Iphigenia.(Met.12:25-28). In Greek mythology the daughter of Agamemnon, King of Mycenae. Her father led the Greek forces against Troy. The expedition was at first prevented from sailing by unfavourable winds, so Agamemnon consulted a seer, Calchas. He was told that, because he had killed a stag sacred to Diana, he must propitiate the goddess by sacrificing his daughter to her. Iphigenia accepted her fate out of patriotic motives. According to some, at the last moment Diana substituted a stag for the human victim and carried Iphigenia away to be her priestess. However that may be, the winds changed and the Greeks were able to sail. The scene is an altar before which Iphigenia swoons, or sits resigned and calm. A grey bearded priest, robed and cowled, makes ready while an acolyte brings faggots or a vessel. Agamemnon is present in helmet and armour. Diana and the stag hover in a cloud overhead, unseen by the others.

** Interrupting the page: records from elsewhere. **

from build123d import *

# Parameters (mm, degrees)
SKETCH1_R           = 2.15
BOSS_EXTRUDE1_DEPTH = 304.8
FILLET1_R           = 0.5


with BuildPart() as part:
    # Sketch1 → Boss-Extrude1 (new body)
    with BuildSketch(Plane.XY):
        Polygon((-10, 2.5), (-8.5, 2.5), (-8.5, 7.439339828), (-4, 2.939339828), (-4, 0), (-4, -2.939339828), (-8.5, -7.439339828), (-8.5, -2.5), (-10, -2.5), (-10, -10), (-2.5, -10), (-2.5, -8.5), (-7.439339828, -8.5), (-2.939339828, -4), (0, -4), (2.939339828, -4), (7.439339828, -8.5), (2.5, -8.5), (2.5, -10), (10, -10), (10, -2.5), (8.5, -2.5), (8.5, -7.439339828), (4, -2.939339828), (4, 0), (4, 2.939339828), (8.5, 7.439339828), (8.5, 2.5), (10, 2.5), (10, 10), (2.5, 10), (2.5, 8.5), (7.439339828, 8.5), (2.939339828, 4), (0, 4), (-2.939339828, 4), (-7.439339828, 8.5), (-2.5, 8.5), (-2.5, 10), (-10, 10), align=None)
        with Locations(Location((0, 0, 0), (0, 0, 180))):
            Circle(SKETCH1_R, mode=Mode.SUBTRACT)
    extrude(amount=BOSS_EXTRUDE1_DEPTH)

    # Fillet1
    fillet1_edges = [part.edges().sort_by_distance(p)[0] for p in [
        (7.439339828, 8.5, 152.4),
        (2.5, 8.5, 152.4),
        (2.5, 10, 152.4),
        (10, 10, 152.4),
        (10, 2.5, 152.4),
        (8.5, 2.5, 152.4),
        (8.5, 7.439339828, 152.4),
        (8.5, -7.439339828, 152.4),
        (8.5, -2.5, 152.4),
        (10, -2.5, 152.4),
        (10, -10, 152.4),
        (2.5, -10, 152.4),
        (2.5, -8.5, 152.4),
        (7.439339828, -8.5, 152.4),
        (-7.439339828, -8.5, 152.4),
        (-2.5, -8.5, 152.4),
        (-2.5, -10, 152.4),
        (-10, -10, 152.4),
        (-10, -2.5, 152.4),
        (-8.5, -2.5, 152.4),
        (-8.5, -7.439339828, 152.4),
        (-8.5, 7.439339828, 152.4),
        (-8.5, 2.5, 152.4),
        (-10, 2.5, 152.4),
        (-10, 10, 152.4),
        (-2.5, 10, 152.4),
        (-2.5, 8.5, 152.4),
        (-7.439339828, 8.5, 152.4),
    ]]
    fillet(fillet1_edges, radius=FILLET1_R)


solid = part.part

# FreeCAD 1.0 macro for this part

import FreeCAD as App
import Part
import Sketcher

V = App.Vector


def edges_at(feature, points):
    """Names of the edges that pass closest to the given points."""
    edges = feature.Shape.Edges
    near = lambda p: min(range(len(edges)), key=lambda i: edges[i].distToShape(Part.Vertex(*p))[0])
    return sorted({f"Edge{near(p) + 1}" for p in points})


def add_polygon(sketch, points):
    """Adds a closed chain of lines whose ends are joined by coincident constraints."""
    first, n = sketch.GeometryCount, len(points)
    for a, b in zip(points, points[1:] + points[:1]):
        sketch.addGeometry(Part.LineSegment(App.Vector(*a, 0), App.Vector(*b, 0)), False)
    for i in range(n):
        sketch.addConstraint(Sketcher.Constraint("Coincident", first + i, 2, first + (i + 1) % n, 1))

doc = App.newDocument("Part")
body = doc.addObject("PartDesign::Body", "Body")

# Sketch on XY plane
sketch1 = body.newObject("Sketcher::SketchObject", "Sketch")
sketch1.AttachmentSupport = (doc.getObject("XY_Plane"), [""])
sketch1.MapMode = "FlatFace"
add_polygon(sketch1, [(-10, 2.5), (-8.5, 2.5), (-8.5, 7.43934), (-4, 2.93934), (-4, -2.93934), (-8.5, -7.43934), (-8.5, -2.5), (-10, -2.5), (-10, -10), (-2.5, -10), (-2.5, -8.5), (-7.43934, -8.5), (-2.93934, -4), (2.93934, -4), (7.43934, -8.5), (2.5, -8.5), (2.5, -10), (10, -10), (10, -2.5), (8.5, -2.5), (8.5, -7.43934), (4, -2.93934), (4, 2.93934), (8.5, 7.43934), (8.5, 2.5), (10, 2.5), (10, 10), (2.5, 10), (2.5, 8.5), (7.43934, 8.5), (2.93934, 4), (-2.93934, 4), (-7.43934, 8.5), (-2.5, 8.5), (-2.5, 10), (-10, 10)])  # lines 0-35
sketch1.addGeometry(Part.Circle(V(0, 0, 0), V(0, 0, 1), 2.15), False)  # 36
sketch1.addConstraint(Sketcher.Constraint("Horizontal", 0))
sketch1.addConstraint(Sketcher.Constraint("Vertical", 1))
sketch1.addConstraint(Sketcher.Constraint("Vertical", 3))
sketch1.addConstraint(Sketcher.Constraint("Vertical", 5))
sketch1.addConstraint(Sketcher.Constraint("Horizontal", 6))
sketch1.addConstraint(Sketcher.Constraint("Vertical", 7))
sketch1.addConstraint(Sketcher.Constraint("Horizontal", 8))
sketch1.addConstraint(Sketcher.Constraint("Vertical", 9))
sketch1.addConstraint(Sketcher.Constraint("Horizontal", 10))
sketch1.addConstraint(Sketcher.Constraint("Horizontal", 12))
sketch1.addConstraint(Sketcher.Constraint("Horizontal", 14))
sketch1.addConstraint(Sketcher.Constraint("Vertical", 15))
sketch1.addConstraint(Sketcher.Constraint("Horizontal", 16))
sketch1.addConstraint(Sketcher.Constraint("Vertical", 17))
sketch1.addConstraint(Sketcher.Constraint("Horizontal", 18))
sketch1.addConstraint(Sketcher.Constraint("Vertical", 19))
sketch1.addConstraint(Sketcher.Constraint("Vertical", 21))
sketch1.addConstraint(Sketcher.Constraint("Vertical", 23))
sketch1.addConstraint(Sketcher.Constraint("Horizontal", 24))
sketch1.addConstraint(Sketcher.Constraint("Vertical", 25))
sketch1.addConstraint(Sketcher.Constraint("Horizontal", 26))
sketch1.addConstraint(Sketcher.Constraint("Vertical", 27))
sketch1.addConstraint(Sketcher.Constraint("Horizontal", 28))
sketch1.addConstraint(Sketcher.Constraint("Horizontal", 30))
sketch1.addConstraint(Sketcher.Constraint("Horizontal", 32))
sketch1.addConstraint(Sketcher.Constraint("Vertical", 33))
sketch1.addConstraint(Sketcher.Constraint("Horizontal", 34))
sketch1.addConstraint(Sketcher.Constraint("Vertical", 35))
sketch1.addConstraint(Sketcher.Constraint("Coincident", 36, 3, -1, 1))
sketch1.addConstraint(Sketcher.Constraint("Symmetric", 0, 2, 18, 2, -1, 1))
sketch1.addConstraint(Sketcher.Constraint("Symmetric", 2, 2, 20, 2, -1, 1))
sketch1.addConstraint(Sketcher.Constraint("Symmetric", 4, 2, 22, 2, -1, 1))
sketch1.addConstraint(Sketcher.Constraint("Symmetric", 6, 2, 24, 2, -1, 1))
sketch1.addConstraint(Sketcher.Constraint("Symmetric", 8, 2, 26, 2, -1, 1))
sketch1.addConstraint(Sketcher.Constraint("Symmetric", 10, 2, 28, 2, -1, 1))
sketch1.addConstraint(Sketcher.Constraint("Symmetric", 11, 2, 29, 2, -1, 1))
sketch1.addConstraint(Sketcher.Constraint("Symmetric", 13, 2, 31, 2, -1, 1))
sketch1.addConstraint(Sketcher.Constraint("Symmetric", 15, 2, 33, 2, -1, 1))
sketch1.addConstraint(Sketcher.Constraint("Symmetric", 10, 2, 13, 2, -2))
sketch1.addConstraint(Sketcher.Constraint("Symmetric", 8, 2, 15, 2, -2))
sketch1.addConstraint(Sketcher.Constraint("Symmetric", 6, 2, 17, 2, -2))
sketch1.addConstraint(Sketcher.Constraint("Symmetric", 4, 2, 19, 2, -2))
sketch1.addConstraint(Sketcher.Constraint("Perpendicular", 2, 4))
sketch1.addConstraint(Sketcher.Constraint("Parallel", 4, 11))
sketch1.addConstraint(Sketcher.Constraint("Perpendicular", 11, 13))
sketch1.addConstraint(Sketcher.Constraint("Parallel", 13, 20))
sketch1.addConstraint(Sketcher.Constraint("Perpendicular", 20, 22))
sketch1.addConstraint(Sketcher.Constraint("Perpendicular", 29, 31))
sketch1.addConstraint(Sketcher.Constraint("Horizontal", 3, 2, 20, 2))
sketch1.addConstraint(Sketcher.Constraint("Vertical", 7, 2, 34, 2))
sketch1.addConstraint(Sketcher.Constraint("Equal", 32, 1))
sketch1.addConstraint(Sketcher.Constraint("Equal", 30, 3))
sketch1.addConstraint(Sketcher.Constraint("Equal", 34, 7))
sketch1.addConstraint(Sketcher.Constraint("Equal", 24, 9))
sketch1.addConstraint(Sketcher.Constraint("Equal", 4, 11))
sketch1.addConstraint(Sketcher.Constraint("Diameter", 36, 4.3))
sketch1.addConstraint(Sketcher.Constraint("DistanceX", 0, 1, 0, 2, 1.5))
sketch1.addConstraint(Sketcher.Constraint("DistanceX", 8, 1, 8, 2, 7.5))
sketch1.addConstraint(Sketcher.Constraint("DistanceX", 2, 2, -1, 1, 4.0))
sketch1.addConstraint(Sketcher.Constraint("DistanceX", 6, 2, -1, 1, 10.0))
sketch1.addConstraint(Sketcher.Constraint("DistanceX", 10, 2, 10, 1, 4.93934))
pad1 = body.newObject("PartDesign::Pad", "Pad")
pad1.Profile = sketch1
pad1.Length = 304.8
doc.recompute()

fillet = body.newObject("PartDesign::Fillet", "Fillet")
fillet.Base = (pad1, edges_at(pad1, [
    (7.439, 8.5, 152.4),
    (2.5, 8.5, 152.4),
    (2.5, 10, 152.4),
    (10, 10, 152.4),
    (10, 2.5, 152.4),
    (8.5, 2.5, 152.4),
    (8.5, 7.439, 152.4),
    (8.5, -7.439, 152.4),
    (8.5, -2.5, 152.4),
    (10, -2.5, 152.4),
    (10, -10, 152.4),
    (2.5, -10, 152.4),
    (2.5, -8.5, 152.4),
    (7.439, -8.5, 152.4),
    (-7.439, -8.5, 152.4),
    (-2.5, -8.5, 152.4),
    (-2.5, -10, 152.4),
    (-10, -10, 152.4),
    (-10, -2.5, 152.4),
    (-8.5, -2.5, 152.4),
    (-8.5, -7.439, 152.4),
    (-8.5, 7.439, 152.4),
    (-8.5, 2.5, 152.4),
    (-10, 2.5, 152.4),
    (-10, 10, 152.4),
    (-2.5, 10, 152.4),
    (-2.5, 8.5, 152.4),
    (-7.439, 8.5, 152.4),
]))
fillet.Radius = 0.5

doc.recompute()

Hall, J., Dictionary of Subjects and Symbols in Art, John Murray Ltd., London, 1989, ISBN 0 7195 4147 6, p.162.

Iphigenia

From Who’s Who in the Ancient World by Betty Radice.

In origin possibly a local goddess identified with Artemis, but in classical mythology the daughter of Agamemnon and Clytemnestra. She was summoned to Aulis when the Greek fleet was waiting to set sail for Troy to be sacrificed to Artemis, who was sending contrary winds – why Artemis demanded this is never made clear. In the version referred to in Aeschylus’s Agamemnon she is killed, and her death adds to Clytemnestra’s motive for killing her husband. Euripides followed another tradition in which Artemis carried her off at the crucial moment; this can be assumed from his last, unfinished Iphigenia in Aulis. In his Iphigenia in Tauris she is a priestess of Artemis among the Taurians (in the Crimea) and officiates at the local rite of sacrificing to Artemis any stranger who is captured. Her brother Orestes and his friend Pylades are brought to her, there is a classic recognition scene, and a dramatic escape. More than one Greek temple later claimed to possess the image of the goddess she carried away with her. Both plays were followed by Gluck in his operas Iphigénie en Aulide and Iphigénie en Tauride. Racine explored Agamemnon’s appalling dilemma in his Iphigenie; Goethe created an idealized heroine in his Iphigenie auf Tauris.

Radice, B., Who’s Who in the Ancient World, Penguin Books Ltd., London, 1973, ISBN 0-14-051055-9, p.142.